Não conforme a aliança que fiz com seus pais, no dia em que os tomei pela mão, para os tirar da terra do Egito; porquanto eles anularam a minha aliança, não obstante eu os haver desposado, diz o SENHOR.” (Jeremias 31.31,32)

Jeremias prossegue com o mesmo assunto, mas revela mais claramente o quão mais abundante e mais rico o favor de Deus seria para o seu povo do que antigamente, então ele não se limita a prometer a restauração daquela dignidade e grandeza que tinham perdido, mas algo melhor e mais excelente. Por isso, vemos que esta passagem se refere necessariamente ao reino de Cristo, porque sem Cristo nada poderia ou deveria ter sido esperado pelo povo, superior à Lei; porque a Lei; foi uma regra da mais perfeita doutrina. Se, então, Cristo é tirado, é certo que temos que nos apegar à Lei.
Daí concluímos então, que o Profeta prediz o Reino de Cristo; e esta passagem também é citada pelos Apóstolos, como sendo notável e digna de nota (Rom 11.27; Heb 8.8-12; 10.16).
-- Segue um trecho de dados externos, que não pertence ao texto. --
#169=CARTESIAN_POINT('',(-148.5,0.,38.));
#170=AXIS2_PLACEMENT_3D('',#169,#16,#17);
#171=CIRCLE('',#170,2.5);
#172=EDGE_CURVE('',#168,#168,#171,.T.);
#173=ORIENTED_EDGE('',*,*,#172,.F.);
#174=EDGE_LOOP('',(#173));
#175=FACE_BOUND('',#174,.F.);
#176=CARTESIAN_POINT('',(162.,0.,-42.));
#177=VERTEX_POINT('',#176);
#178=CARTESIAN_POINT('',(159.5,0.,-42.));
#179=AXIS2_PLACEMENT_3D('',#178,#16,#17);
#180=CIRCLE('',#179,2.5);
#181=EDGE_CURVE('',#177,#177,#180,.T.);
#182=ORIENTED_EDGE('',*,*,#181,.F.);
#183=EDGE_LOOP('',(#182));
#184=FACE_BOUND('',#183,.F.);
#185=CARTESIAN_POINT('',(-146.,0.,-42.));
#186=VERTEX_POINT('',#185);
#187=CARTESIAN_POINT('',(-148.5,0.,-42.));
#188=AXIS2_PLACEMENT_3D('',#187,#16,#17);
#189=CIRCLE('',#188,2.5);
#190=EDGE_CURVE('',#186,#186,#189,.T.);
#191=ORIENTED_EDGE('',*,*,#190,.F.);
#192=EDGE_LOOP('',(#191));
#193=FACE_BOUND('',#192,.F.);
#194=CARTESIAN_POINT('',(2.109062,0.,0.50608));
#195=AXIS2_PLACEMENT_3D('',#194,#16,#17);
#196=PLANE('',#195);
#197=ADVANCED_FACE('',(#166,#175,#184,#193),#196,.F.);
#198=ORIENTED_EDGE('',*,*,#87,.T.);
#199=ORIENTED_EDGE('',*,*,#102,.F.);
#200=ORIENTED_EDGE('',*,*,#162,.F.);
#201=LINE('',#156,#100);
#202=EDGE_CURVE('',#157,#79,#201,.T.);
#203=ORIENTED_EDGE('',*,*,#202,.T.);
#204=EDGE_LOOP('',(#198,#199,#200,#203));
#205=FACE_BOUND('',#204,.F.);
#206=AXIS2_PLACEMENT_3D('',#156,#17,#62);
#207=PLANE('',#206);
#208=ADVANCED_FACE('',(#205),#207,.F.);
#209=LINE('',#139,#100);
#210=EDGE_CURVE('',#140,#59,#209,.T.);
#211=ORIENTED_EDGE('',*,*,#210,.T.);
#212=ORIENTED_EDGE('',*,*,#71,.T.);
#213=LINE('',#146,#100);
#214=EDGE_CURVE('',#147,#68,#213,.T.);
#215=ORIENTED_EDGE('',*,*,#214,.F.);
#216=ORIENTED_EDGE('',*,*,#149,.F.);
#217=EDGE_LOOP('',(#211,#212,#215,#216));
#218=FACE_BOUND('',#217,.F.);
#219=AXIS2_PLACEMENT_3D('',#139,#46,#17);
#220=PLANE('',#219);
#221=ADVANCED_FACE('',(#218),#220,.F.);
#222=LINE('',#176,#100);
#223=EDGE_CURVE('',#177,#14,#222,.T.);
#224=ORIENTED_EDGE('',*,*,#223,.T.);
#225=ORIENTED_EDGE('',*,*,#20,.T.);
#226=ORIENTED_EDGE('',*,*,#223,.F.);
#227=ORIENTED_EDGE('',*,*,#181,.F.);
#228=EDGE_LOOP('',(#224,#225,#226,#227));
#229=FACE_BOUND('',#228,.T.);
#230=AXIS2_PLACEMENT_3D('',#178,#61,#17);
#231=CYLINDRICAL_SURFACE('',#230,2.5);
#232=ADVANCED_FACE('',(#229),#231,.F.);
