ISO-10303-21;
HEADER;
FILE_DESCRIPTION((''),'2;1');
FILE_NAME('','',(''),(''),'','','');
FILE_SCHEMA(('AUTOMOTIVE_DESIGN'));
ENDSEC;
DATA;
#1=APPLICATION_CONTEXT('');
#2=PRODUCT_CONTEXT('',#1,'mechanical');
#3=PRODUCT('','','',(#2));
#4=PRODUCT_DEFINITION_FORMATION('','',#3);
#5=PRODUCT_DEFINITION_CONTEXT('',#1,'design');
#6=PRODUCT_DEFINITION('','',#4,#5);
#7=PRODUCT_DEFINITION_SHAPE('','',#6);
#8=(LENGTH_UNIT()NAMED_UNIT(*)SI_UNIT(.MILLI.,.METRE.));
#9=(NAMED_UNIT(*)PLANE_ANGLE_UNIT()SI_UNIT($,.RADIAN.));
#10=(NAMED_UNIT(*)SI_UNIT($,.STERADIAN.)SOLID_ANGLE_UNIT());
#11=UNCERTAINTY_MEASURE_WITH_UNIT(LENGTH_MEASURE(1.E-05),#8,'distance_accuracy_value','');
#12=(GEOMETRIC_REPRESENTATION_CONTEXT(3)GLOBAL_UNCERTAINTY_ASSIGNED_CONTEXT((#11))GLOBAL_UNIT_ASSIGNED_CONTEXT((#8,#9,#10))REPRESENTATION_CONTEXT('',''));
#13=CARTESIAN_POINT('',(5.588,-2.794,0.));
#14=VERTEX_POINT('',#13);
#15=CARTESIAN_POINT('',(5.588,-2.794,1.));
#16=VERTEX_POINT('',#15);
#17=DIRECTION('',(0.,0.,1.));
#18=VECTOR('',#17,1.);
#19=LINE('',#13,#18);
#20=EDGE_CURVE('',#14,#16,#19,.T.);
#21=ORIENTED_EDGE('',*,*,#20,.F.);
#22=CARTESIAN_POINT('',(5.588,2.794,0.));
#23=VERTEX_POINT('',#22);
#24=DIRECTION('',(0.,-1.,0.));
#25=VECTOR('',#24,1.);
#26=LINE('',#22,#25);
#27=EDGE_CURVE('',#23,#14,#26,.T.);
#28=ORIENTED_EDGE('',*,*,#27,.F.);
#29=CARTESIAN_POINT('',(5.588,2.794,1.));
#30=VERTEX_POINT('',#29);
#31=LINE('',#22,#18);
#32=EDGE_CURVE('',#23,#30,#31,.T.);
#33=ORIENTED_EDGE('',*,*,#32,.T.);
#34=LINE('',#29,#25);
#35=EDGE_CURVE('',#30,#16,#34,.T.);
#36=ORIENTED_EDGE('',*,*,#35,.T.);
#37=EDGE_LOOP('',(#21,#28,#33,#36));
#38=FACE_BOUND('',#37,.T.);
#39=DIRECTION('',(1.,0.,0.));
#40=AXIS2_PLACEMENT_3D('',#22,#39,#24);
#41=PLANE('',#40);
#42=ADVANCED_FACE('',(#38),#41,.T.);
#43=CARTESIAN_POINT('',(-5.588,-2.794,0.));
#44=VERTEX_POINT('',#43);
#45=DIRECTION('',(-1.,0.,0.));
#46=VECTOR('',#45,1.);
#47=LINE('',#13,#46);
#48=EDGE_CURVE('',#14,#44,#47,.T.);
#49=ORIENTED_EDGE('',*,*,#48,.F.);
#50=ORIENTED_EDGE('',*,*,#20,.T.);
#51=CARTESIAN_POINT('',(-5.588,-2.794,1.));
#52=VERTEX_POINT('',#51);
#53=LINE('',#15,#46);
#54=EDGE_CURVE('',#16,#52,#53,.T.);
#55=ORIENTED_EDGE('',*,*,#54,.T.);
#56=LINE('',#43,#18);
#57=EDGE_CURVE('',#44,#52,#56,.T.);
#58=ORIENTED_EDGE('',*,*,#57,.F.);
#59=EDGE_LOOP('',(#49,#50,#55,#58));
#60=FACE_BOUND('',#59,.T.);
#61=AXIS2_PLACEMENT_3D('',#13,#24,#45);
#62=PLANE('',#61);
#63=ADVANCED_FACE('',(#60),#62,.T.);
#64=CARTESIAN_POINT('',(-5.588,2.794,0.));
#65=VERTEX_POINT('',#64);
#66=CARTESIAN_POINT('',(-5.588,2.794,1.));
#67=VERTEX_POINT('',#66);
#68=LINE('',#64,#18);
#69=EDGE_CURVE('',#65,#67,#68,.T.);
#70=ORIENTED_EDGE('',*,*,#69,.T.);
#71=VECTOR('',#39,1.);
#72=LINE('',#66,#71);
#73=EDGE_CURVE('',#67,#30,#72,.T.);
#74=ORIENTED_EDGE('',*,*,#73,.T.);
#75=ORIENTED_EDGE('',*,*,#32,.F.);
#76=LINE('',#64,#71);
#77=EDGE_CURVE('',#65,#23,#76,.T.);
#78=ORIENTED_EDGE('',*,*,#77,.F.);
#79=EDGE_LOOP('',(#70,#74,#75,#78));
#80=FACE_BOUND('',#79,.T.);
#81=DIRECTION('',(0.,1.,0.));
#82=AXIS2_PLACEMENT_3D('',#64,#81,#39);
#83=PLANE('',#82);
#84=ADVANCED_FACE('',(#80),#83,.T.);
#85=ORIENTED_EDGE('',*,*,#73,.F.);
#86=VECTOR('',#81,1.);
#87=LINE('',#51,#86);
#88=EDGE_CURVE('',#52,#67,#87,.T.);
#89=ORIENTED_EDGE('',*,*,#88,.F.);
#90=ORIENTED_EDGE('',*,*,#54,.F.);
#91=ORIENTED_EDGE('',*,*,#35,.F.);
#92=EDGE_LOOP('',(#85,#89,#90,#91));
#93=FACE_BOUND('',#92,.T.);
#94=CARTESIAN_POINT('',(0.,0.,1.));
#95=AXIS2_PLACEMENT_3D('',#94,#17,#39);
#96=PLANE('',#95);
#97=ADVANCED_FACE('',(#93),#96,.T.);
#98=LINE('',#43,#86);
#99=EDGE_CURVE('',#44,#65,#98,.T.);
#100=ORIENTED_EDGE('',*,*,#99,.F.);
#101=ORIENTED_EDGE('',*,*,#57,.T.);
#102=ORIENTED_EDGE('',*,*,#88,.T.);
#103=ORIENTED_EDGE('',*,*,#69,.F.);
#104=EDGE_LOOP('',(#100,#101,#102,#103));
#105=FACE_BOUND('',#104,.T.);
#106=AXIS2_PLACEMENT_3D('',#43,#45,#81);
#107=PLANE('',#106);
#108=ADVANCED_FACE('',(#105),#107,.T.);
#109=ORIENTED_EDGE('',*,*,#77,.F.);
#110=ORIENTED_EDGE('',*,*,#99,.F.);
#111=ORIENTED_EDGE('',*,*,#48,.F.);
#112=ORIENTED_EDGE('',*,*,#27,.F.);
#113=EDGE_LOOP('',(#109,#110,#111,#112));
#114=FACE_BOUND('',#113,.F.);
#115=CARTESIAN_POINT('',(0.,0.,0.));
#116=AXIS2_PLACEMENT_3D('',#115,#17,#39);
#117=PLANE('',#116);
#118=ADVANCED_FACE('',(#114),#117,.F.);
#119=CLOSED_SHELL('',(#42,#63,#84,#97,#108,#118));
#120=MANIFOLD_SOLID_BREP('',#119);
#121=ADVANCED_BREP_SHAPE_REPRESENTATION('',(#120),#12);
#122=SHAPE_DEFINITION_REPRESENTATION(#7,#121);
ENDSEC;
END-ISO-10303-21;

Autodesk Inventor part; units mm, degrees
ref_plane "YZ Plane" through (0, 0, 0) normal (1, 0, 0) x (0, 1, 0)
ref_plane "XZ Plane" through (0, 0, 0) normal (0, 1, 0) x (-1, 0, 0)
ref_plane "XY Plane" through (0, 0, 0) normal (0, 0, 1) x (1, 0, 0)
sketch "HC49U-V, 7_68MHZ_85" plane through (0, 0, 0) normal (0, 0, 1) x (1, 0, 0)
  line L0 (-5.588, 2.794) -> (5.588, 2.794)
  line L1 (5.588, 2.794) -> (5.588, -2.794)
  line L2 (5.588, -2.794) -> (-5.588, -2.794)
  line L3 (-5.588, -2.794) -> (-5.588, 2.794)
extrude "Extrusion1" add sketch "HC49U-V, 7_68MHZ_85" along normal blind 1
properties part number "7_68MHZ"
Mas é preciso observar a ordem e a maneira de ensinar aqui apresentada. O Profeta confirma o que eu disse antes, que o que temos vindo considerando era inacreditável para os judeus. Tendo então já falado dos benefícios de Deus, que poderiam ter sido pouco reconhecidos pelos sentidos dos homens, a fim de evitar a falta de fé, ele acrescenta, que o Senhor manifestaria a sua misericórdia para com eles de uma maneira nova e inusitada. Por isso, vemos por que o Profeta acrescentou esta passagem à sua antiga doutrina. Porque ele não tinha falado de uma nova aliança, àqueles homens em condição miserável, aos quais ele procurou inspirar com a esperança da salvação, jamais teriam vacilado; ou melhor, como a maior parte já estava sobrecarregada com desespero, ele nada teria conseguido. Aqui, então, ele vê diante de si um novo pacto, como se ele tivesse dito, que não deve olhar mais longe ou mais alto, nem para medir o benefício de Deus, de que ele havia falado, com o aparecimento do estado de coisas em que tempo, pois Deus faria uma nova aliança.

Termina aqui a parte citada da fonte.